Definitions: What is a perpetual bond and how does it work

Definitions- What is a perpetual bond and how does it work picture

As beginners learning how and where to invest money in Singapore, we tend to have a unique interest in investment products that offer high dividend yield. This is the reason why many had invested in Reits such as Capitaland Commercial Trust, an associate of Capitaland and Mapletree Logistic Trust, an associate of Mapletree Investments. However, there are other high yielding instruments such as perpetual. While perpetual bonds are higher-yielding, they come with a different set of risks. This was evident as Ascott Reit decided not to call their perpetual back last week. This was significant as it is the first time a Singapore Corporate has decided not to exercise the option on the first call date.

What are perpetual bonds 

Perpetual bonds are a type of hybrid instrument. The reason they are considered ‘hybrid’ is that they have fixed income as well as equity properties at the same time. Like fixed income, perpetual have a fixed coupon that is normally paid on a semi-annual basis. Like Equities, they can be the written down and the investor can lose his or her principle when they invest in perpetual. This additional ‘equity’ like risk plus the fact that perpetual are bonds in perpetuity and thus do not have a maturity date are reasons why investors enjoy high dividend yield when they invest in perpetual.

Why will companies issuer perpetual bonds if they are more expensive

Some of us may question why a company will issue perpetual bonds especially if they tend to be more expensive than regular bonds. Companies tend to do this so that they can keep their debt levels low. The reason is perpetual bonds are often not considered as debt and are often found in the equity segment of the balance sheet.

Companies may need to keep their debt levels low as there may be rules set by regulators or rating agencies about the level of debt that can be accepted. For example, the monetary authority of Singapore has a rule that debt to asset ratio cannot be more than 45%. While this has been recently revised higher to 50%, companies are still restricted by these rules and thus perpetual issuance can be a way for them to work around these restrictions.

Risk 1: Writedown

One of the more obvious risks of investing in a Perpetual is the risk of a writedown. If the company is struggling financially, it is not obligated to return your initial capital to you. This is because not repaying the principle on a perpetual note does not mean that the issuer has defaulted.
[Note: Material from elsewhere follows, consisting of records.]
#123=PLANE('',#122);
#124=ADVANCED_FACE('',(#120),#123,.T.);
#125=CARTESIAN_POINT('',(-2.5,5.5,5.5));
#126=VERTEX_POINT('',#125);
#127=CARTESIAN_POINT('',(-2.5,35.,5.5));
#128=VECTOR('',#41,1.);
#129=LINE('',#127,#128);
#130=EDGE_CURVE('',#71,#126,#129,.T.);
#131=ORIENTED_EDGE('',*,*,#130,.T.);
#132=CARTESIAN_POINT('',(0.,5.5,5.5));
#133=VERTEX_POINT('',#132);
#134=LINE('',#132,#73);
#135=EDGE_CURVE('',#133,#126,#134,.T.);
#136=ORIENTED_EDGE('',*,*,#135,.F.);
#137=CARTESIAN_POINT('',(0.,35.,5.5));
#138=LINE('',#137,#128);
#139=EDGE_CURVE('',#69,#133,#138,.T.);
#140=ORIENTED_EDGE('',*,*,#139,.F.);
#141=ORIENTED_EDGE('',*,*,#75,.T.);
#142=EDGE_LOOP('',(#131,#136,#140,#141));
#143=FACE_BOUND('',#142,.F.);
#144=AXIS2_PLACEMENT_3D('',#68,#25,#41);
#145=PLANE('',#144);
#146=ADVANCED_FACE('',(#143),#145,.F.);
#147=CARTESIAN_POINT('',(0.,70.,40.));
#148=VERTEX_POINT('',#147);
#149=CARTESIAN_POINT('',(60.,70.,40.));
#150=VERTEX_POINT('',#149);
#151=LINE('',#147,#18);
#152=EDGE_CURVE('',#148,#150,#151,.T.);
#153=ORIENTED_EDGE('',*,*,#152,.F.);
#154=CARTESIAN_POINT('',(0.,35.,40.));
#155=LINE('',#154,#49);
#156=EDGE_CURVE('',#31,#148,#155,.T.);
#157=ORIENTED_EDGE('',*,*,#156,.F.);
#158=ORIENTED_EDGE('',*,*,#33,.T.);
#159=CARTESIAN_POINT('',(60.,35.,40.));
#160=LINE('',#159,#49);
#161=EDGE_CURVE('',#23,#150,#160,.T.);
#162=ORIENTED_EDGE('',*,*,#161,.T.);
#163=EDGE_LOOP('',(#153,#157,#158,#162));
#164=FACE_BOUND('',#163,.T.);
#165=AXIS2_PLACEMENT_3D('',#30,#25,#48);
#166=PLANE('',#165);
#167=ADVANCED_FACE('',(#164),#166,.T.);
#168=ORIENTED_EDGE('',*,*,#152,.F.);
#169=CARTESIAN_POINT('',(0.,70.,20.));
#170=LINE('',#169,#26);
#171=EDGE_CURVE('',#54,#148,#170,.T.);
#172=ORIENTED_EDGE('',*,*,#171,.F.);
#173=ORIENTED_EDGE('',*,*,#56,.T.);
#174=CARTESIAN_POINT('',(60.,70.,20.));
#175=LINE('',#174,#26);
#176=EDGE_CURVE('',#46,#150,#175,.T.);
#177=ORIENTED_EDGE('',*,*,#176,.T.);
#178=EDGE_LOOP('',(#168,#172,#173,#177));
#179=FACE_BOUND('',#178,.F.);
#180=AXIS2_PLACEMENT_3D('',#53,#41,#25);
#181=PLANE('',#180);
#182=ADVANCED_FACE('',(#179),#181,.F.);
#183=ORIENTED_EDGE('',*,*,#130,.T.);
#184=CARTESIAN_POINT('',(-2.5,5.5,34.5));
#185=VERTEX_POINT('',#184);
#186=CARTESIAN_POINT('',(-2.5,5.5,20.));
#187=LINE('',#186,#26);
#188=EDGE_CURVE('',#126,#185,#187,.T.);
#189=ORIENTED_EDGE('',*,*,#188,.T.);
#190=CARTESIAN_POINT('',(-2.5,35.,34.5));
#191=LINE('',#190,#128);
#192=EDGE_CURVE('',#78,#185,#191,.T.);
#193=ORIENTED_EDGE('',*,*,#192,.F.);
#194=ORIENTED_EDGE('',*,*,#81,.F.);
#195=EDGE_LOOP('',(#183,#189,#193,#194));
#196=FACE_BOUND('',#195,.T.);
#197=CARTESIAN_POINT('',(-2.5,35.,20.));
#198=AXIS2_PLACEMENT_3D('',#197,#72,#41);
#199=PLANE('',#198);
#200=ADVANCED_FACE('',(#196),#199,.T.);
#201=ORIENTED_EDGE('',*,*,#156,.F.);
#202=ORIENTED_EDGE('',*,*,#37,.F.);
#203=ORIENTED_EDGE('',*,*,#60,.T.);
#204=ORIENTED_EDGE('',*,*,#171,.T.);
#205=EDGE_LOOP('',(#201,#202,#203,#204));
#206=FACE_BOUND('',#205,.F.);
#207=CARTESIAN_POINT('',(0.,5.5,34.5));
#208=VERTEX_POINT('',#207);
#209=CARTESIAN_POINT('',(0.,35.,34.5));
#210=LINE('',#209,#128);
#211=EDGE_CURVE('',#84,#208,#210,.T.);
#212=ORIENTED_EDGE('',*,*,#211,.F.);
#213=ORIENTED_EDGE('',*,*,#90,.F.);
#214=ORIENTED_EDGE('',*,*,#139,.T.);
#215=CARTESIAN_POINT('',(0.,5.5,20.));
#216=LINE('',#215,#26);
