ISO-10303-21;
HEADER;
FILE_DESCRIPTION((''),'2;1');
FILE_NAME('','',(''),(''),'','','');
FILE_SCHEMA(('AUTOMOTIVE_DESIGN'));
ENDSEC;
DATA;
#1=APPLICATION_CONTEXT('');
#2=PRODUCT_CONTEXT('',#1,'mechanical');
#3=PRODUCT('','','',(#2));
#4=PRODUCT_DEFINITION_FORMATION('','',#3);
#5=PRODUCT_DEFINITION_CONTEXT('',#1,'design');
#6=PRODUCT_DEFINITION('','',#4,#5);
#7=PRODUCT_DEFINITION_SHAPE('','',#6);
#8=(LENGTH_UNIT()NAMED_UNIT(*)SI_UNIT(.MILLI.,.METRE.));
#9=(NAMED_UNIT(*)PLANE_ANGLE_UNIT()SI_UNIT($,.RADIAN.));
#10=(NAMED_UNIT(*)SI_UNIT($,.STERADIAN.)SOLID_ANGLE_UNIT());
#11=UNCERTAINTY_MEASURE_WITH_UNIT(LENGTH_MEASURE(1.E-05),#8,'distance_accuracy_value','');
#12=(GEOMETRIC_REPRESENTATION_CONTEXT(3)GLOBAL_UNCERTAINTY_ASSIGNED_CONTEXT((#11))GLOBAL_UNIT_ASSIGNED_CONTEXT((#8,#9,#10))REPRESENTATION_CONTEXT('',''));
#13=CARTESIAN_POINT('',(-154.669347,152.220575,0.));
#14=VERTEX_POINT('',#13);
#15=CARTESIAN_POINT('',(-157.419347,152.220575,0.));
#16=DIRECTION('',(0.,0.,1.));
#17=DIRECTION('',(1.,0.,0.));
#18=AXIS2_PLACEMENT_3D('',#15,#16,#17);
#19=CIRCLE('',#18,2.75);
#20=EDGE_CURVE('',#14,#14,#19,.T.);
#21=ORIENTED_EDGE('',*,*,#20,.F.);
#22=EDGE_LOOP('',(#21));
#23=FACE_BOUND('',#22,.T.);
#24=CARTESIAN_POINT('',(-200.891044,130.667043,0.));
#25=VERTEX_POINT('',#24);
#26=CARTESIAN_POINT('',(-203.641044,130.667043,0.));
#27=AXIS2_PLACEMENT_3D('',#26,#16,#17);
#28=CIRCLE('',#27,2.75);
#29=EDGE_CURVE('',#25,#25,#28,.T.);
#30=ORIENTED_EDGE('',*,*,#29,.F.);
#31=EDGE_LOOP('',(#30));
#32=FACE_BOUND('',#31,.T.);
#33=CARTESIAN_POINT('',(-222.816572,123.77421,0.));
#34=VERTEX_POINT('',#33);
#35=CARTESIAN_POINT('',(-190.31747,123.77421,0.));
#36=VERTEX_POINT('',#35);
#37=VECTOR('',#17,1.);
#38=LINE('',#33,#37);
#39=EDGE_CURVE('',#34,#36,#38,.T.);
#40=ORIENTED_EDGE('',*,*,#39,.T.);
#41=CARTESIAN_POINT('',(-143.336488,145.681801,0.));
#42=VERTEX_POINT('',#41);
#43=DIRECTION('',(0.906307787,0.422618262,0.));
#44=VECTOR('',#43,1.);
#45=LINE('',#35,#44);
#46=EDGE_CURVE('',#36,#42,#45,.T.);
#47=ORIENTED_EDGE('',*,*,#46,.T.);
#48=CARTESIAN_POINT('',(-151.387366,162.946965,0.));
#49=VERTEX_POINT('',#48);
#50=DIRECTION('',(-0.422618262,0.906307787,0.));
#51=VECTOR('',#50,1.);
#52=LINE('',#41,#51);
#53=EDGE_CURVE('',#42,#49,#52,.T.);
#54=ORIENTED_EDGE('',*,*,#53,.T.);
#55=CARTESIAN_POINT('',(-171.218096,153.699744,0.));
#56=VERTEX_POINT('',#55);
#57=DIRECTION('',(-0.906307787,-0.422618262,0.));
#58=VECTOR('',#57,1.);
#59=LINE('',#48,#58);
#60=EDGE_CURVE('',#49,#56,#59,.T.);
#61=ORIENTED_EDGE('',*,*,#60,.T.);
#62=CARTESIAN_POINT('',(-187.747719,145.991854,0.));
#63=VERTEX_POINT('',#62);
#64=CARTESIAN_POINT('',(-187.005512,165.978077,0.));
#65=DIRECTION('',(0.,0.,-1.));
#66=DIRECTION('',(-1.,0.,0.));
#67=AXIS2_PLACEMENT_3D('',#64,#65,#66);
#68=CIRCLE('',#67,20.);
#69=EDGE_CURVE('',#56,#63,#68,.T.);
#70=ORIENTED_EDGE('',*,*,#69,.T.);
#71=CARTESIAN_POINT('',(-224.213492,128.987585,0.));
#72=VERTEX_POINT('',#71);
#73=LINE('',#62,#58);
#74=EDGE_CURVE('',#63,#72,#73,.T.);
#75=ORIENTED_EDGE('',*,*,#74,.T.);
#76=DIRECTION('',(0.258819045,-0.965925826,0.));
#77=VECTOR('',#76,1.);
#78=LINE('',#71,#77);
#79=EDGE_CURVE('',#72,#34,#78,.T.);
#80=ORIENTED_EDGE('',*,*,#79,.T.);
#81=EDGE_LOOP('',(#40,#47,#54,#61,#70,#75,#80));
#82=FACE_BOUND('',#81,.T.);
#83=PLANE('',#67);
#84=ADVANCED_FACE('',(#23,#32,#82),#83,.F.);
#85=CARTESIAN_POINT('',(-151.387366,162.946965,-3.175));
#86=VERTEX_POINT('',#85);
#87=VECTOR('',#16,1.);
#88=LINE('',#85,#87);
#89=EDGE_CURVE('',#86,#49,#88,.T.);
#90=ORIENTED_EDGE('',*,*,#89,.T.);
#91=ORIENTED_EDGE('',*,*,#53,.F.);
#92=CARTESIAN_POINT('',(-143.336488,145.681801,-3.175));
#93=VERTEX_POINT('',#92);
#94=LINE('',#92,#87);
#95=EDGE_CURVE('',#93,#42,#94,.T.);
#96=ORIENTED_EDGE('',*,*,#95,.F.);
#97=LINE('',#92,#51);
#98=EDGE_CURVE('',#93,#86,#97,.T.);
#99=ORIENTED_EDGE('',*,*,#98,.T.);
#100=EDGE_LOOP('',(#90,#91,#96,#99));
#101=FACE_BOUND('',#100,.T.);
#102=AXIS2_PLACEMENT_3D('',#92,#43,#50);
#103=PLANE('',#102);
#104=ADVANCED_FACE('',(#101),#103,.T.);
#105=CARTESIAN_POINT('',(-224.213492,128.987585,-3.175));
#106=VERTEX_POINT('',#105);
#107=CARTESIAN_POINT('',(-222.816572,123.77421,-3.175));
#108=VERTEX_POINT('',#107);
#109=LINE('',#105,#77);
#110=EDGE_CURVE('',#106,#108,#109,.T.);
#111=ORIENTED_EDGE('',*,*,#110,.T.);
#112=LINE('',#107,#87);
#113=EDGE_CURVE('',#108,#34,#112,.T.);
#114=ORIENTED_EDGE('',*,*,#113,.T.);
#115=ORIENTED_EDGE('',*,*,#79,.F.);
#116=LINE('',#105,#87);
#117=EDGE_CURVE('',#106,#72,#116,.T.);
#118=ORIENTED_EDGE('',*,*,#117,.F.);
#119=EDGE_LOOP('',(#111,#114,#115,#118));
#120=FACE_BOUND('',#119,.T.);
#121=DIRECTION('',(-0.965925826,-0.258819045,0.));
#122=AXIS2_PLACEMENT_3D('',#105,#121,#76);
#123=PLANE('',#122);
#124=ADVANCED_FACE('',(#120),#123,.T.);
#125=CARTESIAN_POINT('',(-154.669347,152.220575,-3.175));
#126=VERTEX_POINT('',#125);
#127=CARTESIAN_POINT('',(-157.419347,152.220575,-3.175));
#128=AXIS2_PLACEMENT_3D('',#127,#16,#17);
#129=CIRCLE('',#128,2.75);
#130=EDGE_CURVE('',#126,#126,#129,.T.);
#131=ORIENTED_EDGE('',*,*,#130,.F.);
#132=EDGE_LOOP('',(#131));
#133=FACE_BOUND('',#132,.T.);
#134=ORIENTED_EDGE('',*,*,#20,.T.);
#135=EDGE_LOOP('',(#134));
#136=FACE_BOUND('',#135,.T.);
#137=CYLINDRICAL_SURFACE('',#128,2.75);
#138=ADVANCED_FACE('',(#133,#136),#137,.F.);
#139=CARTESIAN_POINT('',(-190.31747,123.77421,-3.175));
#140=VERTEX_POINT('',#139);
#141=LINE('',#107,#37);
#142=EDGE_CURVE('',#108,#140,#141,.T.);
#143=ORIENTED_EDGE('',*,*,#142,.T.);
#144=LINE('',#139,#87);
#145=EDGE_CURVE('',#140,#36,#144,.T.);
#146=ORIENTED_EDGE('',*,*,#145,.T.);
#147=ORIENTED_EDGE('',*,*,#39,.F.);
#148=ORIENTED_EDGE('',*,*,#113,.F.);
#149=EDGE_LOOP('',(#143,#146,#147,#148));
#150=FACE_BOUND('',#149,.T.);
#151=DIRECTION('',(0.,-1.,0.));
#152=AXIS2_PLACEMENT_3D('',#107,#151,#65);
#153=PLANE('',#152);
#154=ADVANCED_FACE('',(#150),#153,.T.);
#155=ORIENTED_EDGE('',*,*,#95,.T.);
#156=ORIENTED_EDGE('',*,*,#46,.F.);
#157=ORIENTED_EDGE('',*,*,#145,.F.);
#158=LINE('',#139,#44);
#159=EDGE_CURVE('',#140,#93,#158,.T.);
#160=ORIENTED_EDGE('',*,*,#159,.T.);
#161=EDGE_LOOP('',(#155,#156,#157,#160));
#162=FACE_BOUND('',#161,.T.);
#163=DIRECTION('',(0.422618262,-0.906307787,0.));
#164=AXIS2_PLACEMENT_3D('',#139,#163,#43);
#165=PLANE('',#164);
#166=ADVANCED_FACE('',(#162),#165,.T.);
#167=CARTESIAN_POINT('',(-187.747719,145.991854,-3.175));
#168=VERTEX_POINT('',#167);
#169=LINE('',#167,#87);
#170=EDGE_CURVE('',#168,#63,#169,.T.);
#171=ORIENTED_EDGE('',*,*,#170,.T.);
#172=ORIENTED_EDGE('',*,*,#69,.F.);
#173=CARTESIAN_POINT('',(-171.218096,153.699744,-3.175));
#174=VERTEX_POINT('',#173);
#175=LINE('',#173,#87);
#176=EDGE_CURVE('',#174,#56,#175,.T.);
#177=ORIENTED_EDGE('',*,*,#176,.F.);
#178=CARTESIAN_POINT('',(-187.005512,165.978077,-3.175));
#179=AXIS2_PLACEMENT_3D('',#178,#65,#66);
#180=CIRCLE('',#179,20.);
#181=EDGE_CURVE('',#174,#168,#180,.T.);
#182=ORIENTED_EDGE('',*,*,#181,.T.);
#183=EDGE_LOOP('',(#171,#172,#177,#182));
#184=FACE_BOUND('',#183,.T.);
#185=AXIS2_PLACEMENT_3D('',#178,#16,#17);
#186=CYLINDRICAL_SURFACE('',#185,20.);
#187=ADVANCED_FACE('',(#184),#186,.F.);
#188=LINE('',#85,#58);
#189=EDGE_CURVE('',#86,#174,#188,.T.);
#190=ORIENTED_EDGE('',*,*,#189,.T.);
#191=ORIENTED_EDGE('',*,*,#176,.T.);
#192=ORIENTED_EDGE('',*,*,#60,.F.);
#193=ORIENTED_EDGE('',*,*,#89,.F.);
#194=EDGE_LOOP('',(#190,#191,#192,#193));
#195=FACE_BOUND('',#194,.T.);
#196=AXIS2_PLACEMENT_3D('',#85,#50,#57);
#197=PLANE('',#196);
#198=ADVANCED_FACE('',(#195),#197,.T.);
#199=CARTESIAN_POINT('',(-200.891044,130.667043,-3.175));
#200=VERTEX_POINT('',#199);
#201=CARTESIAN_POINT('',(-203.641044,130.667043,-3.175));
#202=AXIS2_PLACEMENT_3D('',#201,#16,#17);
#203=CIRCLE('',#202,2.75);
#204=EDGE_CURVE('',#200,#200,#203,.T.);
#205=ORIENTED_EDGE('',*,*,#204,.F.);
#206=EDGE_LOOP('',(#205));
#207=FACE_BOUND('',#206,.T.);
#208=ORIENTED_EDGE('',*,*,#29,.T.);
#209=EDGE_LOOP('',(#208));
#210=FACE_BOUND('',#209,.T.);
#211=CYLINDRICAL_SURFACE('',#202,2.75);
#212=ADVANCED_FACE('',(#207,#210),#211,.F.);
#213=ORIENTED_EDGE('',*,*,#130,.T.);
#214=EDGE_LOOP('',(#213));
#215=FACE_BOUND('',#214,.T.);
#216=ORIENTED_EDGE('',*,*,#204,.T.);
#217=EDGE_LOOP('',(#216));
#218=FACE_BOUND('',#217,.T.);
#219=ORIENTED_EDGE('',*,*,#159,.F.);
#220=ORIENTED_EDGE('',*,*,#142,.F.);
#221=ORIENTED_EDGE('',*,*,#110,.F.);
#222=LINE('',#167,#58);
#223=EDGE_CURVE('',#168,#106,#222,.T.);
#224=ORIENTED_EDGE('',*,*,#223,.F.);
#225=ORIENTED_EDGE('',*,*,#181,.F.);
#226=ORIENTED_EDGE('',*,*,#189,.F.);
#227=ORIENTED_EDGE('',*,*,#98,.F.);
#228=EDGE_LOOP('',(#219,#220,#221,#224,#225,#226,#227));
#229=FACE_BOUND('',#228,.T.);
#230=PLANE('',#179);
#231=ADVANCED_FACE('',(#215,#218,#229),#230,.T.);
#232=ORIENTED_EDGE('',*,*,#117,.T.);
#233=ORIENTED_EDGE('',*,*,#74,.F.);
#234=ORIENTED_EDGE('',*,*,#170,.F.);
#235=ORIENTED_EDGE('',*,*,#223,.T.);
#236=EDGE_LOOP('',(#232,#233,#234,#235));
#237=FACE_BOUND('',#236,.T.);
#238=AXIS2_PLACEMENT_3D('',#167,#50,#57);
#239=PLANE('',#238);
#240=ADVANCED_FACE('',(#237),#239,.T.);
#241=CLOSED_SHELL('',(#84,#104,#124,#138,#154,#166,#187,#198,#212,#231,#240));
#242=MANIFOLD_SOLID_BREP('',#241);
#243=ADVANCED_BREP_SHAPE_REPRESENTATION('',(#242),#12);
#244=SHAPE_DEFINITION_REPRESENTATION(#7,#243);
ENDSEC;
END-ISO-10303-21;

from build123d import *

# Parameters (mm, degrees)
SKETCH3_R           = 2.75
BOSS_EXTRUDE1_DEPTH = 3.175


with BuildPart() as part:
    # Sketch3 → Boss-Extrude1 (new body)
    with BuildSketch(Plane.XY):
        with BuildLine():
            Line((-151.387366014, 162.94696479), (-171.218095931, 153.699743563))
            ThreePointArc((-171.218095931, 153.699743563), (-178.553147236, 147.851921545), (-187.747718893, 145.99185379))
            Line((-187.747718893, 145.99185379), (-224.213491791, 128.987584627))
            Line((-224.213491791, 128.987584627), (-222.816572263, 123.774209976))
            Line((-222.816572263, 123.774209976), (-190.317469649, 123.774209976))
            Line((-190.317469649, 123.774209976), (-143.336488128, 145.681801447))
            Line((-143.336488128, 145.681801447), (-151.387366014, 162.94696479))
        make_face()
        with Locations((-157.41934736, 152.220574699)):
            Circle(SKETCH3_R, mode=Mode.SUBTRACT)
        with Locations((-203.641044499, 130.66704335)):
            Circle(SKETCH3_R, mode=Mode.SUBTRACT)
    extrude(amount=-BOSS_EXTRUDE1_DEPTH)


solid = part.part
In some cases, issuers may restructure and allow perpetual debt holders to exchange their notes for equity stakes. However, this is often done at huge write-downs

Risk 2: Coupon Deferral

Another key risk when buying a perpetual is that you may not get your coupon payment if the company chooses to defer it. This is different from a regular fixed income instrument where failure to pay a coupon can be considered as an event of default. While the issuer is often not incentivised to defer the coupon payment as it often means they cannot pay out dividends to their equity holders as well, the investor still bears the risk.

Risk 3: Call Risk

Even if the issuer does not write down the perpetual or stop paying the coupon, there is also a risk that the company will not exercise the call. As perpetuals are fixed income instruments that have no maturity, companies often put in place various call dates out into the future so that they can buy the bonds back from investors. As many investors price these bonds to the nearest call date, the sudden increase in duration means that the bonds will experience a significant drop in price and market value.


We  know that perpetual bonds are exciting as they are high yielding and can result in strong investment returns. However, it is important to know the risk that the return is compensating the investor for. Hope everyone benefits from knowing a little more about this particular kind of fixed income instrument.